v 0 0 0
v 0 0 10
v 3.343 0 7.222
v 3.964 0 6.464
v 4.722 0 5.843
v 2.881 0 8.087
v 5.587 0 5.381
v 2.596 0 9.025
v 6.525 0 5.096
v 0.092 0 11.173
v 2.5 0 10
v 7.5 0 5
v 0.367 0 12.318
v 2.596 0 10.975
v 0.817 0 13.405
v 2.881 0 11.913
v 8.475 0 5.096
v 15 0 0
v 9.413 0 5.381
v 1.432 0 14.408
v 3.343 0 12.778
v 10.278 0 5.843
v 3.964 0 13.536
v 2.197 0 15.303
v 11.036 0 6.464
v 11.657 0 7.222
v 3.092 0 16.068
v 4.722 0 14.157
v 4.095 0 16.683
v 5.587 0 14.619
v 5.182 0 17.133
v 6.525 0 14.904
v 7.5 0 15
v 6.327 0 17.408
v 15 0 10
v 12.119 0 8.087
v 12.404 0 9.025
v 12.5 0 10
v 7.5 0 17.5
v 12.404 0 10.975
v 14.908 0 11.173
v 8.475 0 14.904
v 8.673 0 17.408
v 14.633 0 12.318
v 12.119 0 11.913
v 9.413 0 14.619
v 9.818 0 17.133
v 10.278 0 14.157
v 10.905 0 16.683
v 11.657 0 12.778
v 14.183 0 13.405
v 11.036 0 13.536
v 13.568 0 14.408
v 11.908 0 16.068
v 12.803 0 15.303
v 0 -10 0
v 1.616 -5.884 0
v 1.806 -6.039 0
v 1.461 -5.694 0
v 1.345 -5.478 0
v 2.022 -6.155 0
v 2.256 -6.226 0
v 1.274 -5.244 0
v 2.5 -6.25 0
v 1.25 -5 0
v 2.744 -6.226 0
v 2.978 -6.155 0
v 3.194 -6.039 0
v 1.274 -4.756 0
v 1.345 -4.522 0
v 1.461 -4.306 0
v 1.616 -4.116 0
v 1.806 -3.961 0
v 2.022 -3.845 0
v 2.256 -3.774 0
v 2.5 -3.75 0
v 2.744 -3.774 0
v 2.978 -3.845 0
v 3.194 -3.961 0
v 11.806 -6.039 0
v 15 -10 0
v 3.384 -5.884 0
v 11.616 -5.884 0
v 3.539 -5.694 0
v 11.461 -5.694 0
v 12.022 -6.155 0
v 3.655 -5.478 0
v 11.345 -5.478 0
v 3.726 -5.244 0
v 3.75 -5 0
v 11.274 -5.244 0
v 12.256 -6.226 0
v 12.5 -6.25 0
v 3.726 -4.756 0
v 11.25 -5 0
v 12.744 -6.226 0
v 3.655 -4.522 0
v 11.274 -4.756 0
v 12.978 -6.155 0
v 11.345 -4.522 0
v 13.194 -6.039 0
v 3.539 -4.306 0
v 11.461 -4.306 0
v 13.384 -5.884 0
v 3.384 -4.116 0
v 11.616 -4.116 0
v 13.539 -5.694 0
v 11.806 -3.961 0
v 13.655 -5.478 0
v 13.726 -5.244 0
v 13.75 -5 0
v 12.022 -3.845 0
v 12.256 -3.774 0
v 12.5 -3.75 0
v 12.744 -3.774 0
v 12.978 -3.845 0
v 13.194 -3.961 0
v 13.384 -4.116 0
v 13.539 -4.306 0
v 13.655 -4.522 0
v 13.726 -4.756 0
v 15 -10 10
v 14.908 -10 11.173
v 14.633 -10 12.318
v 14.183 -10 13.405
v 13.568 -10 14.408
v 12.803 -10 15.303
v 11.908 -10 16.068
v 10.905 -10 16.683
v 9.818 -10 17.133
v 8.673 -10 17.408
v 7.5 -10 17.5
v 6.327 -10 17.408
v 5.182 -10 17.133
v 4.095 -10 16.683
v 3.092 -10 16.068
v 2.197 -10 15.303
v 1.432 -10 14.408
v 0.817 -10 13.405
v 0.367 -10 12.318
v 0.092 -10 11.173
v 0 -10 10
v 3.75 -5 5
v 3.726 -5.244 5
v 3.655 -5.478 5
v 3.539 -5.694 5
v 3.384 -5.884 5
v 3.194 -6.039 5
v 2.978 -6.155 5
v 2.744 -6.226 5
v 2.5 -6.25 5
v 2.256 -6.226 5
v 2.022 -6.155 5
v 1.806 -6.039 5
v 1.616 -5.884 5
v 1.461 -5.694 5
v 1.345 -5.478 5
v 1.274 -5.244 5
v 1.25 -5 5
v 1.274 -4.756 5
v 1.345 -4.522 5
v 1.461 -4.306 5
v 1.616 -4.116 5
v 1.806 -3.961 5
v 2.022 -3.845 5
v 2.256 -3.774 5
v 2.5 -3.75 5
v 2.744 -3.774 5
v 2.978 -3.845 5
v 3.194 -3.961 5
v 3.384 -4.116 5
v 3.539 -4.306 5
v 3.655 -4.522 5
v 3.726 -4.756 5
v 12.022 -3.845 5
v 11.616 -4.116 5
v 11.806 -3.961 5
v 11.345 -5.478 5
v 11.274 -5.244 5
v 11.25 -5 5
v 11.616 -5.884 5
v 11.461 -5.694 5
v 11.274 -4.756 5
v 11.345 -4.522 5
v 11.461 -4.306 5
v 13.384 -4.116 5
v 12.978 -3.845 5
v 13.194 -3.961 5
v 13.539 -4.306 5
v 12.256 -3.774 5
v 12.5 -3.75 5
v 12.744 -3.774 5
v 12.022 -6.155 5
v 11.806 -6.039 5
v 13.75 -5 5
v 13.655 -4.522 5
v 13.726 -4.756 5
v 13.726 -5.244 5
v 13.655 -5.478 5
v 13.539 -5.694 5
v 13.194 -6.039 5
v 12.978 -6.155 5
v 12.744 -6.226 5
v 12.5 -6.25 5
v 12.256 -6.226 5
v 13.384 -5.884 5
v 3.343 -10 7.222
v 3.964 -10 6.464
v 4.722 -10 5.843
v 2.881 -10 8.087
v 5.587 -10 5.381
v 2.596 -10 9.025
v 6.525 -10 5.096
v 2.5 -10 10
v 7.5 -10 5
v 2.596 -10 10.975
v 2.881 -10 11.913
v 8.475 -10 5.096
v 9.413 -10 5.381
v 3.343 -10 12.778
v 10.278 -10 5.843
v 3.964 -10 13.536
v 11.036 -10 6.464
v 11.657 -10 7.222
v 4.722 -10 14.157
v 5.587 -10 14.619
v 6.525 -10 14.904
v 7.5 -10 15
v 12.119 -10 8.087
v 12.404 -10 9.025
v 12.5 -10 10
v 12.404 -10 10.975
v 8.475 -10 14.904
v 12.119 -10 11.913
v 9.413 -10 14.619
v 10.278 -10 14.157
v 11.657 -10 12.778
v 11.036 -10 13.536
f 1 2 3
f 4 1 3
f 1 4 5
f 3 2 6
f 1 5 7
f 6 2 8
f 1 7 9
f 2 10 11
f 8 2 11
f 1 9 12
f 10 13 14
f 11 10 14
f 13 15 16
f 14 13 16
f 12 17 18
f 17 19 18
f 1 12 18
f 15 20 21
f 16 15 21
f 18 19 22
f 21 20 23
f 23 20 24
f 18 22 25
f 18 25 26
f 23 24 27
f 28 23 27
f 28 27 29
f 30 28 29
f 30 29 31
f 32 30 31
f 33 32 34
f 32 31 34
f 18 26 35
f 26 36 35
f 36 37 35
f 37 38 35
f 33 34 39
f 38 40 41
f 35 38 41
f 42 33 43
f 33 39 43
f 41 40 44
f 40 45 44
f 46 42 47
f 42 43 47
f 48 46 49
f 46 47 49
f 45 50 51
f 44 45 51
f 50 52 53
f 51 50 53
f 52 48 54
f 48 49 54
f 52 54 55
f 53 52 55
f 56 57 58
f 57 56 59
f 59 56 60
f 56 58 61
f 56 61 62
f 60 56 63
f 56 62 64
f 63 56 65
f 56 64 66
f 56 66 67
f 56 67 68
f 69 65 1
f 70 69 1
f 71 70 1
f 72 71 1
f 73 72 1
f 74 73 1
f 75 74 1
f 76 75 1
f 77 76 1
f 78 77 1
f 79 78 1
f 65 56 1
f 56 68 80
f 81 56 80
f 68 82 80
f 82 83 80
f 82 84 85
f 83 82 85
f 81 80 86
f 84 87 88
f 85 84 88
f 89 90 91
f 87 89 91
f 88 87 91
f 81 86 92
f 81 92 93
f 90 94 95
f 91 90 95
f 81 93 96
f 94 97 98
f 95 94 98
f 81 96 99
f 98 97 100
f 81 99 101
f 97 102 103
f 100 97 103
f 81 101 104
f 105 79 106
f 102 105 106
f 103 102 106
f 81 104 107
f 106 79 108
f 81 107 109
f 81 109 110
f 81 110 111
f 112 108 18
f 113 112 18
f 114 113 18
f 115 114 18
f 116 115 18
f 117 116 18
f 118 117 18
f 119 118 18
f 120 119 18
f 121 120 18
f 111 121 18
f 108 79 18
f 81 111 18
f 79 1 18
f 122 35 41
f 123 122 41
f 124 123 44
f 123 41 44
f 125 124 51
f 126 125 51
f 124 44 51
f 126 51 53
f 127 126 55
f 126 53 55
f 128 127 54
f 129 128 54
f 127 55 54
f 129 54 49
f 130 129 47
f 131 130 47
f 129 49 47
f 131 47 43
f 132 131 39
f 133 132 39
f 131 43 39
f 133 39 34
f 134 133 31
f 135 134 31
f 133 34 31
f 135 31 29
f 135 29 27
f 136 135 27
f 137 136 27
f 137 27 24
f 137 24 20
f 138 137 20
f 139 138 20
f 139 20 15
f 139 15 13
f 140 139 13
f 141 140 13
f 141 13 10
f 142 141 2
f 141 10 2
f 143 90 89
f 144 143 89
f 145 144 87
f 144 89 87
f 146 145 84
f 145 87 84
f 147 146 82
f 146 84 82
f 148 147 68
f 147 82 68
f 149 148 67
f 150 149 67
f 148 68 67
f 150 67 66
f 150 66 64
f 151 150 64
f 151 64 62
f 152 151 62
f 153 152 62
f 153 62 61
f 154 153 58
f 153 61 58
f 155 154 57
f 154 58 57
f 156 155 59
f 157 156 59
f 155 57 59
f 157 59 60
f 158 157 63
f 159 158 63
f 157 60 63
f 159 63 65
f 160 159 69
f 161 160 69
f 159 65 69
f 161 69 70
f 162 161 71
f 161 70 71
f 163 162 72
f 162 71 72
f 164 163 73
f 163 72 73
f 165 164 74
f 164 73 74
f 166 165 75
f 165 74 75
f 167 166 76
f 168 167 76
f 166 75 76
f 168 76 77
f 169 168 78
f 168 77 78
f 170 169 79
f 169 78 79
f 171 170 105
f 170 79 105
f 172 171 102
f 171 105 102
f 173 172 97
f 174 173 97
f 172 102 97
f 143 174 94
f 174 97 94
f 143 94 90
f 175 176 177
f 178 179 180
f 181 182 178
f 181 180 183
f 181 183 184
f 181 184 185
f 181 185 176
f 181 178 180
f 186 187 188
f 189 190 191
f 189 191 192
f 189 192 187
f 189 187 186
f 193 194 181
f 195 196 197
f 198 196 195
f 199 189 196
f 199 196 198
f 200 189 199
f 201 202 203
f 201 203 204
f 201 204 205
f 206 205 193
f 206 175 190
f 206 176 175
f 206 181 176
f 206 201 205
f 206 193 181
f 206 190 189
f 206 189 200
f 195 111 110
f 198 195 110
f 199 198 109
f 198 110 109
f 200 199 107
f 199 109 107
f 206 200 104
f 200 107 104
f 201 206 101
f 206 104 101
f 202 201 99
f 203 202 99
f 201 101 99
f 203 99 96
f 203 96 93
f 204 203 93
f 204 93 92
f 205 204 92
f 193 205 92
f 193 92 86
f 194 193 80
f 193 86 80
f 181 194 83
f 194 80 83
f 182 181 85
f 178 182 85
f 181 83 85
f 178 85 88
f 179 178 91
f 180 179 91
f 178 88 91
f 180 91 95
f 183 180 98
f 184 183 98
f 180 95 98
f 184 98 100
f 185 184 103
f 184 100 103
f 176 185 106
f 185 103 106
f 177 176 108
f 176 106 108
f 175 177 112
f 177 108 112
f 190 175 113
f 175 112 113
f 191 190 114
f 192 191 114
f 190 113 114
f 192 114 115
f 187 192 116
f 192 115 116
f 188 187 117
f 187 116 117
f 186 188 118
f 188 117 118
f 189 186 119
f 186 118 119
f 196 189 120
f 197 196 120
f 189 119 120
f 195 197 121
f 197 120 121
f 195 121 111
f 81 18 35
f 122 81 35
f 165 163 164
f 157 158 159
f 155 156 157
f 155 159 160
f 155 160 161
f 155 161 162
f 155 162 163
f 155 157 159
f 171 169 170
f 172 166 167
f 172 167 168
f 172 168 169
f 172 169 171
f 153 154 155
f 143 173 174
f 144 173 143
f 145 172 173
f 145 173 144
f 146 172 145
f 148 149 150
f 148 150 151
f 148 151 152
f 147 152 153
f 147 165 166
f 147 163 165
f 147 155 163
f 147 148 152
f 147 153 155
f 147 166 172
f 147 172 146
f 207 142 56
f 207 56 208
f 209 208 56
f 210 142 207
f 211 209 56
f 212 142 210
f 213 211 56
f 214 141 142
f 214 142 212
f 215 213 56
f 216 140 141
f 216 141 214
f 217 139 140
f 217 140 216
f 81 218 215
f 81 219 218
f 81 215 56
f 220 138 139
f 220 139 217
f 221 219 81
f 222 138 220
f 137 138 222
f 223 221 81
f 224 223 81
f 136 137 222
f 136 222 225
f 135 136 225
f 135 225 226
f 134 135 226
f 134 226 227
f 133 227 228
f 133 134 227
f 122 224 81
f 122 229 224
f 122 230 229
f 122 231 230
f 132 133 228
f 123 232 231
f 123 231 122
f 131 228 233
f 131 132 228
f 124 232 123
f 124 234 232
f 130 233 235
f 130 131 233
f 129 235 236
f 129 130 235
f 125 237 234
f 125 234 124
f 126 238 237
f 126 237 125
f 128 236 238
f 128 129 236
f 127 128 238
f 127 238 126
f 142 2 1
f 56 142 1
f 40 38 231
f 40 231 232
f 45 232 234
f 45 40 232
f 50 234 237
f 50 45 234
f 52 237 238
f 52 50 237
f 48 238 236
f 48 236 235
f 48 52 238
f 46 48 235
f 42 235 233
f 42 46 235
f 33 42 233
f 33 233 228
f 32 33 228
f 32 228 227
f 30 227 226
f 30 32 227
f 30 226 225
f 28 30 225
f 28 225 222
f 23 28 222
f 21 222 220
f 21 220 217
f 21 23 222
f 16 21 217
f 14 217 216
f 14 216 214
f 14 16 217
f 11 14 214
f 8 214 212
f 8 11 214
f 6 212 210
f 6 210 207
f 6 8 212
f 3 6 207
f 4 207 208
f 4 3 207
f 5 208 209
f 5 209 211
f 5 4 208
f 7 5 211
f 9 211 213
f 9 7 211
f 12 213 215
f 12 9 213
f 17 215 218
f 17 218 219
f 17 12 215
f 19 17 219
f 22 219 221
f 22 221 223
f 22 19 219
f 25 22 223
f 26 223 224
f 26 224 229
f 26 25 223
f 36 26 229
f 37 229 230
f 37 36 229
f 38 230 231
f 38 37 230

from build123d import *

# Parameters (mm, degrees)
F0_R     = 5
F1_DEPTH = 10
F2_R     = 1.25
F3_DEPTH = 5


with BuildPart() as f1:
    # F0 (on Front) → F1 (new body)
    with BuildSketch(Plane.XZ):
        with BuildLine():
            Line((0, 10), (0, 0))
            Line((0, 0), (15, 0))
            Line((15, 0), (15, 10))
            ThreePointArc((15, 10), (7.5, 17.5), (0, 10))
        make_face()
        with Locations((7.5, 10)):
            Circle(F0_R, mode=Mode.SUBTRACT)
    extrude(amount=F1_DEPTH)

    # F2 (on face) → F3 (cut)
    with BuildSketch(Plane(origin=(0, 0, 0), x_dir=(1, 0, 0), z_dir=(0, 0, -1))):
        with Locations((2.5, 5)):
            Circle(F2_R)
        with Locations((12.5, 5)):
            Circle(F2_R)
    extrude(amount=-F3_DEPTH, mode=Mode.SUBTRACT)


solid = f1.part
----
[YOUR OBJECTIVE] Copy every line of the records above, starting with the first, up to and including the line containing "v 1.461 -4.306 0".

[REPLY TO THE EXERCISE]
v 0 0 0
v 0 0 10
v 3.343 0 7.222
v 3.964 0 6.464
v 4.722 0 5.843
v 2.881 0 8.087
v 5.587 0 5.381
v 2.596 0 9.025
v 6.525 0 5.096
v 0.092 0 11.173
v 2.5 0 10
v 7.5 0 5
v 0.367 0 12.318
v 2.596 0 10.975
v 0.817 0 13.405
v 2.881 0 11.913
v 8.475 0 5.096
v 15 0 0
v 9.413 0 5.381
v 1.432 0 14.408
v 3.343 0 12.778
v 10.278 0 5.843
v 3.964 0 13.536
v 2.197 0 15.303
v 11.036 0 6.464
v 11.657 0 7.222
v 3.092 0 16.068
v 4.722 0 14.157
v 4.095 0 16.683
v 5.587 0 14.619
v 5.182 0 17.133
v 6.525 0 14.904
v 7.5 0 15
v 6.327 0 17.408
v 15 0 10
v 12.119 0 8.087
v 12.404 0 9.025
v 12.5 0 10
v 7.5 0 17.5
v 12.404 0 10.975
v 14.908 0 11.173
v 8.475 0 14.904
v 8.673 0 17.408
v 14.633 0 12.318
v 12.119 0 11.913
v 9.413 0 14.619
v 9.818 0 17.133
v 10.278 0 14.157
v 10.905 0 16.683
v 11.657 0 12.778
v 14.183 0 13.405
v 11.036 0 13.536
v 13.568 0 14.408
v 11.908 0 16.068
v 12.803 0 15.303
v 0 -10 0
v 1.616 -5.884 0
v 1.806 -6.039 0
v 1.461 -5.694 0
v 1.345 -5.478 0
v 2.022 -6.155 0
v 2.256 -6.226 0
v 1.274 -5.244 0
v 2.5 -6.25 0
v 1.25 -5 0
v 2.744 -6.226 0
v 2.978 -6.155 0
v 3.194 -6.039 0
v 1.274 -4.756 0
v 1.345 -4.522 0
v 1.461 -4.306 0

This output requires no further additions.